This study will look at how well the OraQuick HIV 1/2 Antibody rapid test works and how women accept being tested for HIV late in pregnancy and during labor. For women with positive test results, the study will look at whether or not these women accept anti-HIV drugs and which drugs they receive.

A simple HIV test design and easily interpretable, fast results are logistical advantages in clinical settings such as the labor and delivery unit. A fast test result means that a woman can make important choices about her and her baby's medical care before she delivers her baby. If a woman finds out she has HIV, she can decide to take antiretroviral drugs before delivery to decrease the risk of passing HIV to her baby. These advantages are also important for women with little or no prenatal care who present for care late in pregnancy, but may not be inclined to return for a standard test result or adhere to subsequent prenatal visits.

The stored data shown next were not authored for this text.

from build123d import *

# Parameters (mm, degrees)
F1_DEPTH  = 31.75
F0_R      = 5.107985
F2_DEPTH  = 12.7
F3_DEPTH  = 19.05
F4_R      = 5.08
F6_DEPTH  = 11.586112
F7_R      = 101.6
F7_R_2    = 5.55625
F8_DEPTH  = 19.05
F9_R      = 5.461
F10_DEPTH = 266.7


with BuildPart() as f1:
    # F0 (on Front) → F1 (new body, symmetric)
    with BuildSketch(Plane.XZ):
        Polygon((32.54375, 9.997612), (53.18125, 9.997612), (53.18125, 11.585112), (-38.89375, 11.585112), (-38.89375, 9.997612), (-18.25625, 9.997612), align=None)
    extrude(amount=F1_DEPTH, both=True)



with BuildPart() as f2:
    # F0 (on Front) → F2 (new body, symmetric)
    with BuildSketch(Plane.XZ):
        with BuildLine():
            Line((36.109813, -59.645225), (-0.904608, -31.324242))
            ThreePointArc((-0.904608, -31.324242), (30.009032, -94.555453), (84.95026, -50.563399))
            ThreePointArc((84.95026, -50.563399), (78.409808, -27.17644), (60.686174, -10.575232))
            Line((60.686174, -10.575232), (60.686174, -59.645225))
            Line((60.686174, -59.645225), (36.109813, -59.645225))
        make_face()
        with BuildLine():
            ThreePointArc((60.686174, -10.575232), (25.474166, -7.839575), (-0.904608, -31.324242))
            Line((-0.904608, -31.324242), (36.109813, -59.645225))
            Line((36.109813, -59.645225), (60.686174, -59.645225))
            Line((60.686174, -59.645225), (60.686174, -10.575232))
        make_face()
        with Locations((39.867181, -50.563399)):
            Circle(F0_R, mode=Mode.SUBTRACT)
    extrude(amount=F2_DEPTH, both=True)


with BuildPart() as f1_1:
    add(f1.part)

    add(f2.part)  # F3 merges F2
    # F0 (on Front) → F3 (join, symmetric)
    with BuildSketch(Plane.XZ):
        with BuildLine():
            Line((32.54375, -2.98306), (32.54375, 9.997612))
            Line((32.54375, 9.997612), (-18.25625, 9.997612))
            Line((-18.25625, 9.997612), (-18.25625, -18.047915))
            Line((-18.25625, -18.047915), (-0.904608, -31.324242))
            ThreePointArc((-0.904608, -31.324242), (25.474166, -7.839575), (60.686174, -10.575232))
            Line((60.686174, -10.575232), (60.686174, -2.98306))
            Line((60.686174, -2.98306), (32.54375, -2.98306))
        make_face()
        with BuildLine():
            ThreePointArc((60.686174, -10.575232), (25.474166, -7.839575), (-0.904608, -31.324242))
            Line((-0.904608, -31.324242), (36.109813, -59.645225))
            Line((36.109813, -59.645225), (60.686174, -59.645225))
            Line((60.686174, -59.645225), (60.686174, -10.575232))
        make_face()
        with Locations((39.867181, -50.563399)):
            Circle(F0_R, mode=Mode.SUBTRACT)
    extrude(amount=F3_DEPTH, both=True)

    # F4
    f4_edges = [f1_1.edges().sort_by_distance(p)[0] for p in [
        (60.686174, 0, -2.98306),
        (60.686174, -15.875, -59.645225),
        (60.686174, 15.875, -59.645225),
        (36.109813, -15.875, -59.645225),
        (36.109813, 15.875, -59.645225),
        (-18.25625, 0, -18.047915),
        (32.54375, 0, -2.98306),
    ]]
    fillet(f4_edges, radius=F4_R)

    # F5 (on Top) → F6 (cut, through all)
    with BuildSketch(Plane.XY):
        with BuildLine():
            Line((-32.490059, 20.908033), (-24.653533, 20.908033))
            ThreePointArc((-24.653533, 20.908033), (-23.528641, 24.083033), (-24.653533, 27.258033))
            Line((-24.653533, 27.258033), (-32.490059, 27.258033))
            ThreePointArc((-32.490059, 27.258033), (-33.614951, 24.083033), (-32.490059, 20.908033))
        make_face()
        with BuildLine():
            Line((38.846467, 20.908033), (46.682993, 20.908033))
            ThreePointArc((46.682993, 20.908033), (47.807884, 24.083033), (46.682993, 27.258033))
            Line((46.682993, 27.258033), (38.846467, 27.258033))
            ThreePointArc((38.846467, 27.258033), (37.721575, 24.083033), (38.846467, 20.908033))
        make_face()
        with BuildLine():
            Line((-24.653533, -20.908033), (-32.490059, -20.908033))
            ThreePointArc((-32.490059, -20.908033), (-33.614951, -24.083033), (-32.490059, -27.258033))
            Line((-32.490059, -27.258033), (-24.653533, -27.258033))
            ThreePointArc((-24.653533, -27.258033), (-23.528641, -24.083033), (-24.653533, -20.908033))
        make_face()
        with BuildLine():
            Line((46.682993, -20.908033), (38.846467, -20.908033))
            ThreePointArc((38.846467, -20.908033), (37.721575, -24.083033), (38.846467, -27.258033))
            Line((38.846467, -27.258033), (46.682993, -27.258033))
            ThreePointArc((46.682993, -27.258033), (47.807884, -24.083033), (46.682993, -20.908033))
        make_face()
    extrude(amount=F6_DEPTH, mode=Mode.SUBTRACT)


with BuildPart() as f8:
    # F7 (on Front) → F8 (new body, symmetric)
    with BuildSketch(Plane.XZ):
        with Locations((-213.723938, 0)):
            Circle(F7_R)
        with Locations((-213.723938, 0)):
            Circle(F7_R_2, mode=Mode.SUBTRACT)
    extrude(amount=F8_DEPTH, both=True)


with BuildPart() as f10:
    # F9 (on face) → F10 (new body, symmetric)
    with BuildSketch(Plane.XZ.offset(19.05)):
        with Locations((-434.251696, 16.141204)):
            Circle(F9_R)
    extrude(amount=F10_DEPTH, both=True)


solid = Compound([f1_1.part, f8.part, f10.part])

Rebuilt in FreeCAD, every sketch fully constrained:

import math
import FreeCAD as App
import Part
import Sketcher
from FreeCAD import Vector
Q = App.Units.Quantity


def edges_at(feature, points):
    """Names of the edges that pass closest to the given points."""
    edges = feature.Shape.Edges
    near = lambda p: min(range(len(edges)), key=lambda i: edges[i].distToShape(Part.Vertex(*p))[0])
    return sorted({f"Edge{near(p) + 1}" for p in points})

doc = App.newDocument("Part")
body = doc.addObject("PartDesign::Body", "Body")

# Sketch on XZ plane
sketch1 = body.newObject("Sketcher::SketchObject", "Sketch")
sketch1.AttachmentSupport = (doc.getObject("XZ_Plane"), [""])
sketch1.MapMode = "FlatFace"
sketch1.addGeometry(Part.LineSegment(Vector(53.2, 10, 0), Vector(53.2, 11.6, 0)), False)
sketch1.addGeometry(Part.LineSegment(Vector(53.2, 11.6, 0), Vector(-38.9, 11.6, 0)), False)
sketch1.addGeometry(Part.LineSegment(Vector(-38.9, 11.6, 0), Vector(-38.9, 10, 0)), False)
sketch1.addGeometry(Part.LineSegment(Vector(-38.9, 10, 0), Vector(53.2, 10, 0)), False)
sketch1.addConstraint(Sketcher.Constraint("Coincident", 0, 2, 1, 1))
sketch1.addConstraint(Sketcher.Constraint("Coincident", 1, 2, 2, 1))
sketch1.addConstraint(Sketcher.Constraint("Coincident", 2, 2, 3, 1))
sketch1.addConstraint(Sketcher.Constraint("Coincident", 3, 2, 0, 1))
sketch1.addConstraint(Sketcher.Constraint("Vertical", 0))
sketch1.addConstraint(Sketcher.Constraint("Horizontal", 1))
sketch1.addConstraint(Sketcher.Constraint("Vertical", 2))
sketch1.addConstraint(Sketcher.Constraint("Horizontal", 3))
sketch1.addConstraint(Sketcher.Constraint("DistanceX", 1, 2, 1, 1, Q("3.625 in")))
sketch1.addConstraint(Sketcher.Constraint("DistanceY", 0, 1, 0, 2, Q("0.0625 in")))
sketch1.addConstraint(Sketcher.Constraint("DistanceX", -1, 1, 0, 2, Q("2.09375 in")))
sketch1.addConstraint(Sketcher.Constraint("DistanceY", -1, 1, 0, 2, Q("11.585112 mm")))
pad1 = body.newObject("PartDesign::Pad", "Pad")
pad1.Profile = sketch1
pad1.Length = Q("2.5 in")
pad1.Midplane = True
body2 = doc.addObject("PartDesign::Body", "Body001")

# Sketch on XZ plane
sketch2 = body2.newObject("Sketcher::SketchObject", "Sketch001")
sketch2.AttachmentSupport = (doc.getObject("XZ_Plane001"), [""])
sketch2.MapMode = "FlatFace"
sketch2.addGeometry(Part.ArcOfCircle(Part.Circle(Vector(40, -51, 0), Vector(0, 0, 1), 45), math.radians(155), math.radians(360)), False)
sketch2.addGeometry(Part.ArcOfCircle(Part.Circle(Vector(40, -51, 0), Vector(0, 0, 1), 45), math.radians(0), math.radians(62)), False)
sketch2.addGeometry(Part.ArcOfCircle(Part.Circle(Vector(40, -51, 0), Vector(0, 0, 1), 45), math.radians(62), math.radians(155)), False)
sketch2.addGeometry(Part.Circle(Vector(40, -51, 0), Vector(0, 0, 1), 5), False)
sketch2.addConstraint(Sketcher.Constraint("Tangent", 0, 2, 1, 1))
sketch2.addConstraint(Sketcher.Constraint("Tangent", 1, 2, 2, 1))
sketch2.addConstraint(Sketcher.Constraint("Tangent", 2, 2, 0, 1))
sketch2.addConstraint(Sketcher.Constraint("Coincident", 3, 3, 0, 3))
sketch2.addConstraint(Sketcher.Constraint("Horizontal", 3, 3, 0, 2))
sketch2.addConstraint(Sketcher.Constraint("Diameter", 3, Q("10.21597 mm")))
sketch2.addConstraint(Sketcher.Constraint("Radius", 0, Q("45.083078 mm")))
sketch2.addConstraint(Sketcher.Constraint("DistanceY", 0, 3, -1, 1, Q("50.563399 mm")))
sketch2.addConstraint(Sketcher.Constraint("DistanceX", -1, 1, 0, 3, Q("39.867182 mm")))
sketch2.addConstraint(Sketcher.Constraint("DistanceY", 1, 2, -1, 1, Q("10.575232 mm")))
sketch2.addConstraint(Sketcher.Constraint("DistanceX", 2, 2, -1, 1, Q("0.904608 mm")))
pad2 = body2.newObject("PartDesign::Pad", "Pad001")
pad2.Profile = sketch2
pad2.Length = Q("1 in")
pad2.Midplane = True
body.AllowCompound = True
doc.recompute()

boolean = body.newObject("PartDesign::Boolean", "Boolean")
boolean.Type = "Fuse"
boolean.addObjects([body2])

# Sketch on XZ plane
sketch3 = body.newObject("Sketcher::SketchObject", "Sketch002")
sketch3.AttachmentSupport = (doc.getObject("XZ_Plane"), [""])
sketch3.MapMode = "FlatFace"
sketch3.addGeometry(Part.LineSegment(Vector(33, -3, 0), Vector(33, 10, 0)), False)
sketch3.addGeometry(Part.LineSegment(Vector(33, 10, 0), Vector(-18, 10, 0)), False)
sketch3.addGeometry(Part.LineSegment(Vector(-18, 10, 0), Vector(-18, -18, 0)), False)
sketch3.addGeometry(Part.LineSegment(Vector(-18, -18, 0), Vector(-1, -31, 0)), False)
sketch3.addGeometry(Part.LineSegment(Vector(-1, -31, 0), Vector(36, -60, 0)), False)
sketch3.addGeometry(Part.LineSegment(Vector(36, -60, 0), Vector(61, -60, 0)), False)
sketch3.addGeometry(Part.LineSegment(Vector(61, -60, 0), Vector(61, -3, 0)), False)
sketch3.addGeometry(Part.LineSegment(Vector(61, -3, 0), Vector(33, -3, 0)), False)
sketch3.addGeometry(Part.Circle(Vector(40, -51, 0), Vector(0, 0, 1), 5), False)
sketch3.addConstraint(Sketcher.Constraint("Coincident", 0, 2, 1, 1))
sketch3.addConstraint(Sketcher.Constraint("Coincident", 1, 2, 2, 1))
sketch3.addConstraint(Sketcher.Constraint("Coincident", 2, 2, 3, 1))
sketch3.addConstraint(Sketcher.Constraint("Coincident", 3, 2, 4, 1))
sketch3.addConstraint(Sketcher.Constraint("Coincident", 4, 2, 5, 1))
sketch3.addConstraint(Sketcher.Constraint("Coincident", 5, 2, 6, 1))
sketch3.addConstraint(Sketcher.Constraint("Coincident", 6, 2, 7, 1))
sketch3.addConstraint(Sketcher.Constraint("Coincident", 7, 2, 0, 1))
sketch3.addConstraint(Sketcher.Constraint("Vertical", 0))
sketch3.addConstraint(Sketcher.Constraint("Horizontal", 1))
sketch3.addConstraint(Sketcher.Constraint("Vertical", 2))
sketch3.addConstraint(Sketcher.Constraint("Horizontal", 5))
sketch3.addConstraint(Sketcher.Constraint("Vertical", 6))
sketch3.addConstraint(Sketcher.Constraint("Horizontal", 7))
sketch3.addConstraint(Sketcher.Constraint("Parallel", 3, 4))
sketch3.addConstraint(Sketcher.Constraint("DistanceX", 1, 2, 1, 1, Q("2 in")))
sketch3.addConstraint(Sketcher.Constraint("Diameter", 8, Q("10.21597 mm")))
sketch3.addConstraint(Sketcher.Constraint("DistanceX", -1, 1, 0, 2, Q("1.28125 in")))
sketch3.addConstraint(Sketcher.Constraint("DistanceX", 5, 1, 5, 2, Q("24.576361 mm")))
sketch3.addConstraint(Sketcher.Constraint("DistanceY", 8, 3, -1, 1, Q("50.563399 mm")))
sketch3.addConstraint(Sketcher.Constraint("Distance", 3, Q("21.84812 mm")))
sketch3.addConstraint(Sketcher.Constraint("Distance", 4, Q("46.606281 mm")))
sketch3.addConstraint(Sketcher.Constraint("DistanceX", 7, 2, 7, 1, Q("28.142424 mm")))
sketch3.addConstraint(Sketcher.Constraint("DistanceY", 0, 1, 0, 2, Q("12.980672 mm")))
sketch3.addConstraint(Sketcher.Constraint("DistanceY", 2, 2, 2, 1, Q("28.045527 mm")))
sketch3.addConstraint(Sketcher.Constraint("DistanceX", -1, 1, 8, 3, Q("39.867181 mm")))
sketch3.addConstraint(Sketcher.Constraint("DistanceY", 6, 2, -1, 1, Q("2.98306 mm")))
pad3 = body.newObject("PartDesign::Pad", "Pad002")
pad3.Profile = sketch3
pad3.Length = Q("1.5 in")
pad3.Midplane = True
doc.recompute()

fillet = body.newObject("PartDesign::Fillet", "Fillet")
fillet.Base = (pad3, edges_at(pad3, [
    (60.686, 0, -2.983),
    (60.686, -15.875, -59.645),
    (60.686, 15.875, -59.645),
    (36.11, -15.875, -59.645),
    (36.11, 15.875, -59.645),
    (-18.256, 0, -18.048),
    (32.544, 0, -2.983),
]))
fillet.Radius = Q("0.2 in")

Eligible women who elect to participate in this study will be enrolled in either the Late Presenter Group (women who are not in active labor, and for whom delivery is not imminent) or the Peripartum Group (women who are in active labor with anticipation of delivery within 24 hours). Step I for all women will include rapid HIV testing with OraQuick HIV 1/2 and standard testing with enzyme-linked immunosorbant assay (EIA) or Western blot. Women with a positive HIV test and their infants will be offered preventative antiretroviral therapy and enrollment into Step II. Step II will include clinical evaluations, laboratory evaluations, and an adherence assessment for the women and their infants. Women in the Late Presenter Group who participate in Step II will have one prenatal visit, a visit at labor and delivery, and three postpartum visits. Women in the Peripartum Group who participate in Step II will have three postpartum visits. All infants in Step II will have five study visits through 24 weeks of age.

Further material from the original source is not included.